Steve Zaccaria

Playing information
- Position: Hooker
Club
| Years | Team | Pld | T | G | FG | P |
| 1942–43, 1945 | Canterbury-Bankstown | 6 | 1 | 0 | 0 | 3 |

= Steve Zaccaria =

Australian rugby player

Steve Zaccaria was an Australian professional rugby league footballer for Canterbury-Bankstown of the New South Wales Rugby League Premiership (NSWRL).

== Playing career ==
Zaccaria made his debut with Canterbury in the 1942 City Cup matchup against St. George. He did not play in the 1942 NSWRL season.
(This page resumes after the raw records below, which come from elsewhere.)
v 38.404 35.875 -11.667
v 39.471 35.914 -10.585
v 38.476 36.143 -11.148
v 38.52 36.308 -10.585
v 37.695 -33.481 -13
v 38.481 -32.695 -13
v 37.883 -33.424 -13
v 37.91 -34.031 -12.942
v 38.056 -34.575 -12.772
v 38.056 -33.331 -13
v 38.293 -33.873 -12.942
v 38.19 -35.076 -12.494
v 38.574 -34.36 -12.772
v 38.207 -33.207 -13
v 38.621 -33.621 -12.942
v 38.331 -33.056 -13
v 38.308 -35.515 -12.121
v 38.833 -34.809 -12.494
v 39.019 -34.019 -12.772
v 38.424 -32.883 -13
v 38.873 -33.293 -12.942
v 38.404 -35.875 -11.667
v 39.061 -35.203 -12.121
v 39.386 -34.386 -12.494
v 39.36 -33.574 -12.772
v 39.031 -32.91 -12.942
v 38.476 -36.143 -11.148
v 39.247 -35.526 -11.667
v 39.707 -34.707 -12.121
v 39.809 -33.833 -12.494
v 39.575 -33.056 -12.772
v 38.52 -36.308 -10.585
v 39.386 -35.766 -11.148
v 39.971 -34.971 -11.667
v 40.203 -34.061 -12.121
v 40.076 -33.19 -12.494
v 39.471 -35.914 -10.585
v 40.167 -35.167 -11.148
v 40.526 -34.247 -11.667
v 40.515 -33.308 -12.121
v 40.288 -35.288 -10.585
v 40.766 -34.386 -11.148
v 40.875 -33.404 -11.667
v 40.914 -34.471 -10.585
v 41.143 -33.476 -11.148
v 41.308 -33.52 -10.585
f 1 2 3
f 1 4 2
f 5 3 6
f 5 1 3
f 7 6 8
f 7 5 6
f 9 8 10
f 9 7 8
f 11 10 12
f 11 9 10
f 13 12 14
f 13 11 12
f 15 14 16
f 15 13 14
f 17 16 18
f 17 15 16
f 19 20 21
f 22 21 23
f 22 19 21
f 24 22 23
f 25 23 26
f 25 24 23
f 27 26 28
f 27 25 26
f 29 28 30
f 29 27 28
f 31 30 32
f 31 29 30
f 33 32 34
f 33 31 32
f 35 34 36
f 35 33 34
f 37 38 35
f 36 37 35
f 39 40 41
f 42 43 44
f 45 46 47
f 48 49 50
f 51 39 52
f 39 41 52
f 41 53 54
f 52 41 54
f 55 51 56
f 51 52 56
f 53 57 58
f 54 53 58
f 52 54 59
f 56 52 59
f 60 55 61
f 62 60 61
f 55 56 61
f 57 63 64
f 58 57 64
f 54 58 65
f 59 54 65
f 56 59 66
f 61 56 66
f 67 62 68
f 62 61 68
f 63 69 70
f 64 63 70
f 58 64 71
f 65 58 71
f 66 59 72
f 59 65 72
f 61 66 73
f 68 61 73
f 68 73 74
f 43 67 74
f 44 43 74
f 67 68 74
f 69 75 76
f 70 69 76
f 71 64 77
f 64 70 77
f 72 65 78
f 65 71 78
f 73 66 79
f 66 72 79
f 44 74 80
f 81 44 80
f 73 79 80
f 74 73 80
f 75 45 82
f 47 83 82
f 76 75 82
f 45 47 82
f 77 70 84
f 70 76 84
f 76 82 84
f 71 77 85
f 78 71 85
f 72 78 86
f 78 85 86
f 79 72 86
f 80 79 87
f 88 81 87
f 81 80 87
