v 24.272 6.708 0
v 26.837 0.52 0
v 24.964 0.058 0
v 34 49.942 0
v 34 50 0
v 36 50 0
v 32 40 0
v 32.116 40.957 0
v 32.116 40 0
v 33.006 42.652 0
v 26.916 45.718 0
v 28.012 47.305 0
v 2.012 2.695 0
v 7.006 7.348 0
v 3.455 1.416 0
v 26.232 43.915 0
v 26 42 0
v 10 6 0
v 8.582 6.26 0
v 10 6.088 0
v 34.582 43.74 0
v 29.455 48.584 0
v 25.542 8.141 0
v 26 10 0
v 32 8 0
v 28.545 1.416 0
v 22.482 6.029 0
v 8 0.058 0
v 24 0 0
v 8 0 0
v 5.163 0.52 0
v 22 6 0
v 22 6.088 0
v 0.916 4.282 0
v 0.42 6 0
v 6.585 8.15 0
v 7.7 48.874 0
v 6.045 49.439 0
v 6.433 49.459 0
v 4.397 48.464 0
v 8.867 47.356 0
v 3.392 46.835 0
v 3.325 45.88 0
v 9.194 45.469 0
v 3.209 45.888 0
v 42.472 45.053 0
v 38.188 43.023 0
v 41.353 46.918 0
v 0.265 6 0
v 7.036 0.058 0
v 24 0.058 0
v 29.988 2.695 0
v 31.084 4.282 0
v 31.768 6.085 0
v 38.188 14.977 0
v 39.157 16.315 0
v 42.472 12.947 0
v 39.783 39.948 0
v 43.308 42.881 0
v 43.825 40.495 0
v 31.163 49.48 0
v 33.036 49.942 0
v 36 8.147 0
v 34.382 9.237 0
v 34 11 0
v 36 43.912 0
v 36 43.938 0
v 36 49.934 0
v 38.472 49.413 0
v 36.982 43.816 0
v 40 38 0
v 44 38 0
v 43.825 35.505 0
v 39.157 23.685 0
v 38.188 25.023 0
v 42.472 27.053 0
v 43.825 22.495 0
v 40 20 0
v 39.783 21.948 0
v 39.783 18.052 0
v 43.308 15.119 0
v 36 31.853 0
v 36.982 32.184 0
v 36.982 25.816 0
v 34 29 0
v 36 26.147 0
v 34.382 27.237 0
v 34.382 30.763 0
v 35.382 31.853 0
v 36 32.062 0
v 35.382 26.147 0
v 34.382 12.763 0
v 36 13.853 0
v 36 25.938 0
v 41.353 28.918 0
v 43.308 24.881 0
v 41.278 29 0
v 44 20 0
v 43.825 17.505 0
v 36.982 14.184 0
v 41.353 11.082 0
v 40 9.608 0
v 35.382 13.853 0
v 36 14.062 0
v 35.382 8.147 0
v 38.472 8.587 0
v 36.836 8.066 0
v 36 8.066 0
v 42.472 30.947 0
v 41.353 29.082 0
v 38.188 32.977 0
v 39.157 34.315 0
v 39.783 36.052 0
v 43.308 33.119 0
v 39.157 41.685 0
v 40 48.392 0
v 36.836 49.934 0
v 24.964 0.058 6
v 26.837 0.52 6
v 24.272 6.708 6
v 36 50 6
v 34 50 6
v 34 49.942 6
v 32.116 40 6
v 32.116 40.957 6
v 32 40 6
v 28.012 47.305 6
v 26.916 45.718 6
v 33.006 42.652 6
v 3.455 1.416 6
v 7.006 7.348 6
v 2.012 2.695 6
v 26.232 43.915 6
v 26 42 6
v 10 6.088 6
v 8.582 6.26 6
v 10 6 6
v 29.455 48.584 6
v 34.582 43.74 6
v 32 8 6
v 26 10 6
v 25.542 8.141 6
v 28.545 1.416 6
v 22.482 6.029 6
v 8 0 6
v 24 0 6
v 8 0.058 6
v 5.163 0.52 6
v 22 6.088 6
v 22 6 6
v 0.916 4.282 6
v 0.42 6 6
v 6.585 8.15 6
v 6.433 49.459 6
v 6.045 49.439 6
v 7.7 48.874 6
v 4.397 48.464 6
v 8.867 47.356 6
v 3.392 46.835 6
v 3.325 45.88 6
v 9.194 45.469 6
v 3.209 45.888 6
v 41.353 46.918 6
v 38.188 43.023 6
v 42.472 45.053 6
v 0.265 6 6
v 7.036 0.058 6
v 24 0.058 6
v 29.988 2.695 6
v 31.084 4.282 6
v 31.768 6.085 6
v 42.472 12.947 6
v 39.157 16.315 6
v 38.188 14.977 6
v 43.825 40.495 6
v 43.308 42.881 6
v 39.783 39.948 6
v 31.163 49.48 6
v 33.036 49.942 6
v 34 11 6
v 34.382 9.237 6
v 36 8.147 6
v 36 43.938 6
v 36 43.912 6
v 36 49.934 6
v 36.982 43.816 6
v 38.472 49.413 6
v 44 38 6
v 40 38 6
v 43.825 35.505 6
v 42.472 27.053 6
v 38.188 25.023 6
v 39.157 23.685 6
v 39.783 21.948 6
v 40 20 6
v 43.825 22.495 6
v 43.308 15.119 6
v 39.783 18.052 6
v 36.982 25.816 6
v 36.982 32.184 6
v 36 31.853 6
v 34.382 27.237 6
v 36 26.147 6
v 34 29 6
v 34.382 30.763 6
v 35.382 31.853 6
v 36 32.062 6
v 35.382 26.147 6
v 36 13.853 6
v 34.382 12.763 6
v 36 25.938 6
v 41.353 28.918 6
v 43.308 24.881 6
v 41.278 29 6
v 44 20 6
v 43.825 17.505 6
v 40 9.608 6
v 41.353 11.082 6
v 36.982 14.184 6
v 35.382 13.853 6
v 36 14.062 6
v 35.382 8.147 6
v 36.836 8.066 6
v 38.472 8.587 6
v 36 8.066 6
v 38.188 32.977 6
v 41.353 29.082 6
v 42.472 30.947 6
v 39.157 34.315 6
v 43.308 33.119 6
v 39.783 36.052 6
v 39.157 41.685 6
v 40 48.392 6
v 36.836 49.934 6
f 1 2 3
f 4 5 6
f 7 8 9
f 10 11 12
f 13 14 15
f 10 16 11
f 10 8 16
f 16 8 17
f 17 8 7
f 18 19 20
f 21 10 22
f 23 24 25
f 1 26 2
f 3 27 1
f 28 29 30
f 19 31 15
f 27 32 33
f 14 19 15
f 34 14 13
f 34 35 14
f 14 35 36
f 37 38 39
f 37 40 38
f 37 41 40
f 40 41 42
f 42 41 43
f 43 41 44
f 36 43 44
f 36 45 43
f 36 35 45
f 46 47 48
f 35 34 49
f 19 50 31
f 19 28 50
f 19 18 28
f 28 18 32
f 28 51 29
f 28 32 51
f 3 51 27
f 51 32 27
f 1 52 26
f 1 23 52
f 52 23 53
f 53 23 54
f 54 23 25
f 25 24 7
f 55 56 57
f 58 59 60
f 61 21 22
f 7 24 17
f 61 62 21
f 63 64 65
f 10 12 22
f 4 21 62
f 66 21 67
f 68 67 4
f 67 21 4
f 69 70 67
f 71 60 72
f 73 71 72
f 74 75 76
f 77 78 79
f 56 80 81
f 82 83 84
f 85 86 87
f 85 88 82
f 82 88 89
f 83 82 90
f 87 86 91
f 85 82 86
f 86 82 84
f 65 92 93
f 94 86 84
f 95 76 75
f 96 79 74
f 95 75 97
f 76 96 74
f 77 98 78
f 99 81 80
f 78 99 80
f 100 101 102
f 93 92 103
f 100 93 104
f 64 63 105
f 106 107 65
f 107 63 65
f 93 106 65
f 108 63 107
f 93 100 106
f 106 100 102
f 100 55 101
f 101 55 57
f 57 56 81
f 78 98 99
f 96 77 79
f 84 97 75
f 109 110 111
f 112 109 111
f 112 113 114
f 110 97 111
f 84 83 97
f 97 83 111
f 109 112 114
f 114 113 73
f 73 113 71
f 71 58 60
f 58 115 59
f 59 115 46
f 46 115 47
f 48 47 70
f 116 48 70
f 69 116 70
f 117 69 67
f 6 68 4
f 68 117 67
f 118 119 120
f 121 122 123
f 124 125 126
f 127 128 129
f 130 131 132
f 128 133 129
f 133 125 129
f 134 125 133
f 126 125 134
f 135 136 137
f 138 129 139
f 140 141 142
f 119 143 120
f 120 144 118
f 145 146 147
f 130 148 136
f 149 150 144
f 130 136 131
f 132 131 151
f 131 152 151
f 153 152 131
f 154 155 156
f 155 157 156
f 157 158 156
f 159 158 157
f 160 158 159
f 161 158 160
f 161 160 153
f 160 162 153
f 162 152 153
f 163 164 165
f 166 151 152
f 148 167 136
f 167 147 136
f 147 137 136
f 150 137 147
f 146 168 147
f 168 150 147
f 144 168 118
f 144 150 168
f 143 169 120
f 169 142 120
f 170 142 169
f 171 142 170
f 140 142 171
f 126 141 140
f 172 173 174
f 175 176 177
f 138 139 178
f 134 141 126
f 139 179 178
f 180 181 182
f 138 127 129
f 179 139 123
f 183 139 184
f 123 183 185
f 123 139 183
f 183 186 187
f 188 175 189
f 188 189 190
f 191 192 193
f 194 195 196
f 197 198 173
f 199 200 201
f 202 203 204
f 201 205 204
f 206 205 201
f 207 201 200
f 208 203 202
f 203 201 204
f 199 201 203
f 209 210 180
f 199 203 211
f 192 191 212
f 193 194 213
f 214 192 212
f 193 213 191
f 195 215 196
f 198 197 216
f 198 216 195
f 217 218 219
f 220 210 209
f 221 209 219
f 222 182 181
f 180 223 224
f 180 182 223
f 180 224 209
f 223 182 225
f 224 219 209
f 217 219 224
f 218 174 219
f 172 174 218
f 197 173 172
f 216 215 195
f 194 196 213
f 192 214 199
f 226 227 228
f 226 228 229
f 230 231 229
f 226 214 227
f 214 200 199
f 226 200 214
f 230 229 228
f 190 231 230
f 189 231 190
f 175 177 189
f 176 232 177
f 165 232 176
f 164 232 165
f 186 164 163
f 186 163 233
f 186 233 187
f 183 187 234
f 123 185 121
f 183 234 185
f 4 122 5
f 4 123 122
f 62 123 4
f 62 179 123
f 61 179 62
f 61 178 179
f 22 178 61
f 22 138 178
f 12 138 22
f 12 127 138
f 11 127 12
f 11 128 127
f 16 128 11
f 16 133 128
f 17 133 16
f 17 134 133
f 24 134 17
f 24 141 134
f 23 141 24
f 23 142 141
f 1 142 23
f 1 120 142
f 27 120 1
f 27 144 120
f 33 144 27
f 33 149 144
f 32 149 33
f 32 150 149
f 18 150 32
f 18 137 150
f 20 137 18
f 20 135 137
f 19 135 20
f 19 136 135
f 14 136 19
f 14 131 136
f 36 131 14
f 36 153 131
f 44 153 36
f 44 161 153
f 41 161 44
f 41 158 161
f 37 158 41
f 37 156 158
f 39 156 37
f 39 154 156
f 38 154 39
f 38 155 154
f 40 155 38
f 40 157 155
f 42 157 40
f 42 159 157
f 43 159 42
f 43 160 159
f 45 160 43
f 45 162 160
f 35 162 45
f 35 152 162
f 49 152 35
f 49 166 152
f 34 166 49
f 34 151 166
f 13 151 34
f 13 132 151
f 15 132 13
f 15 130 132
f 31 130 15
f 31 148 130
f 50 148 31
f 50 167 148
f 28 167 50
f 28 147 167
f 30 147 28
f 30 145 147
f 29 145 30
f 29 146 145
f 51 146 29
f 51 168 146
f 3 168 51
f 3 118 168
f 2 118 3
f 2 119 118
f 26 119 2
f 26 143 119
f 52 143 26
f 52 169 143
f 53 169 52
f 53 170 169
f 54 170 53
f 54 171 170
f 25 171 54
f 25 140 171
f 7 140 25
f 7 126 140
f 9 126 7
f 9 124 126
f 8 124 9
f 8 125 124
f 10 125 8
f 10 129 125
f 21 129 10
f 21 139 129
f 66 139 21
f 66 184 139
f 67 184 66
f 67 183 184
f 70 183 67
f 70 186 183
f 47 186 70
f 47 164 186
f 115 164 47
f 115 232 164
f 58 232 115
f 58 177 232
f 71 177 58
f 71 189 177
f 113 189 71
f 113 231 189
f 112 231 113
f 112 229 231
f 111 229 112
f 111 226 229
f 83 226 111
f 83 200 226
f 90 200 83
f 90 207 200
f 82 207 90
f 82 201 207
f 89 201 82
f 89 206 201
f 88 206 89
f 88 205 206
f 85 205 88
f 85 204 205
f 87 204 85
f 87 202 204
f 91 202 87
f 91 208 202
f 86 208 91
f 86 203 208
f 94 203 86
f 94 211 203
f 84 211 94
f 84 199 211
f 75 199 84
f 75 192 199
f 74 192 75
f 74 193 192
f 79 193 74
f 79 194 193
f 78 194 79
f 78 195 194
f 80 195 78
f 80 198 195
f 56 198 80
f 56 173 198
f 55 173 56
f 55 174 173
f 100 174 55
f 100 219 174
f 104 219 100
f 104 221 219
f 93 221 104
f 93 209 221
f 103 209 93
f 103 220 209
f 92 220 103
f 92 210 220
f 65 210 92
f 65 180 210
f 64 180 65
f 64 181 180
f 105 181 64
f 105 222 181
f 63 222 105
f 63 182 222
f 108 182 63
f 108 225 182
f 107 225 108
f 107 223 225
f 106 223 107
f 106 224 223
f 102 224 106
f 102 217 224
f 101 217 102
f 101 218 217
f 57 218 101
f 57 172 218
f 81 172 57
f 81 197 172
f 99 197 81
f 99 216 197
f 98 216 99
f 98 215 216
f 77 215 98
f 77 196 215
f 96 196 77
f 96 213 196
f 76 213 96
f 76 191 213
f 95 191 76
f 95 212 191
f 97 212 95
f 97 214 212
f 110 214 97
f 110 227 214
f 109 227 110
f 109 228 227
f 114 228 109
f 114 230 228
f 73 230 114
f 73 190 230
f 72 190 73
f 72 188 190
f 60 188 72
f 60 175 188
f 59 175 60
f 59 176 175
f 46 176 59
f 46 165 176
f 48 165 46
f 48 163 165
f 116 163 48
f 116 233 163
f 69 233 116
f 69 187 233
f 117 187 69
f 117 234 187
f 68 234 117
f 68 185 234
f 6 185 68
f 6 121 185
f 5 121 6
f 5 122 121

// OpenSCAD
/* [Basic] */
//The number of wires the bracket will hold
numWires = 2;           // [1:6]
//the thickness of the table (for a tight fit, make it a mm smaller)
tableThickness = 20;    // [1:100]
// the size of the gap provided for the wires
wireSize = 6;                  // [2:8]
// How far the bracket extends under and over the table
bracketDepth = 50;      // [20:100]
//the clearance for the wire to be put into the bracket.  This should be a bit less than the wire thickness so you can snap it in
wireClearanceVal = 2;   // [1:10]
//the thickness of the bracket.  increase for more durability.
bracketThickness = 6;   // [1:15]

/* [Advanced] */
//increase this to flatten the wire clip portion
scaleFactor = 1.5; //[1:.1:5]
//change the severity of the fillets
roundFactor = 1; //[0:.1:1.5]
//edit the angle of the clamp.  the angle helps to increate tension of the clamp.  higher values 
clampAngle = 4; //[0:.1:8]
//change to a non-zero value to customize the amount of extrusion.  If 0, the thickness is used.
customExtrusion = 0 ;//[0:20]

/* [Hidden] */ 
gap = tableThickness + bracketThickness;
wireClearance = wireClearanceVal + bracketThickness/2/scaleFactor;
r = wireSize;
linear_extrude(customExtrusion?customExtrusion:bracketThickness)
{
// Notify if build_vector will be used instead of input variables count, clip_diameter, and buffer!
difference()
    {
union(){
    //create table bracket
    rotate (-clampAngle) square([bracketThickness, bracketDepth], false);
    
    square([gap + bracketThickness, bracketThickness], false);
    translate ([gap, 0]) square([bracketThickness, bracketDepth], false);
    //connect bracket to wire loops
    translate ([gap + bracketThickness, bracketDepth - bracketThickness]) square([wireClearance, bracketThickness], false);
    
    //add inside corner rounds
    translate([bracketThickness,bracketThickness]) roundIn(4);
    translate([gap,bracketThickness]) roundIn(4);
    translate([gap,bracketThickness]) roundIn(4);
    translate([gap+bracketThickness, bracketDepth - bracketThickness]) roundIn(4);
}
 roundIn(8);
//create outside corner rounds
translate([gap+bracketThickness,0]) roundIn(8);
translate([gap,bracketDepth]) roundIn(8);
rotate (-clampAngle) translate([0,bracketDepth]) roundIn(4);
rotate (-clampAngle) translate([bracketThickness,bracketDepth]) roundIn(4);

//cleanup hack
translate([0,-1000])square(1000);
translate([-1000,0])square(1000);
translate([-1000,-1000])square(1000);
}

//create the wire clip loops
for (i = [ 0 : 1 : numWires-1 ])
{
    yOffset = -i*(r * 2 + bracketThickness);

    union()
    {
    translate ([gap + bracketThickness+wireClearance,bracketDepth-2*r-1.5*bracketThickness + yOffset ]) scale([1/scaleFactor,1.0]) circle (bracketThickness/2);
    difference() {
        
        translate ([gap + bracketThickness+wireClearance,bracketDepth-r-bracketThickness + yOffset]) scale([1/scaleFactor,1.0]) circle (r+bracketThickness);
        translate ([wireClearance,yOffset])square([gap + bracketThickness, bracketDepth], false);
        translate ([gap + bracketThickness + wireClearance,bracketDepth-r-bracketThickness + yOffset]) scale([1/scaleFactor,1.0]) circle (r);
        }   
    }
}
}

module roundIn(r)
{
    radius = r * roundFactor;  
    difference() {

            translate([-radius, -radius]) square([radius*2, radius*2]);
            translate([radius, radius])circle(r=radius);
            translate([-radius, radius])circle(r=radius);
            translate([radius, -radius])circle(r=radius);
            translate([-radius, -radius])circle(r=radius);
        }
}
He played his first game in the state competition in round 3 of the 1943 season. His team lost to Newtown 6-33. Canterbury, the reigning premiers and minor premiers of the previous season struggled throughout 1943. In Round 8, Zaccaria scored the first try of his career, however Canterbury lost the game 11-36 to North Sydney, making it a seven-game losing streak for the club. Zaccaria made three more appearances with the team that year, however the team failed to find success, not winning any games in May or June.

Zaccaria did not make an appearance in 1944. He would return for the final game of his career in a win against South Sydney in round 4. Zaccaria concluded his career with 1 try from 6 appearances.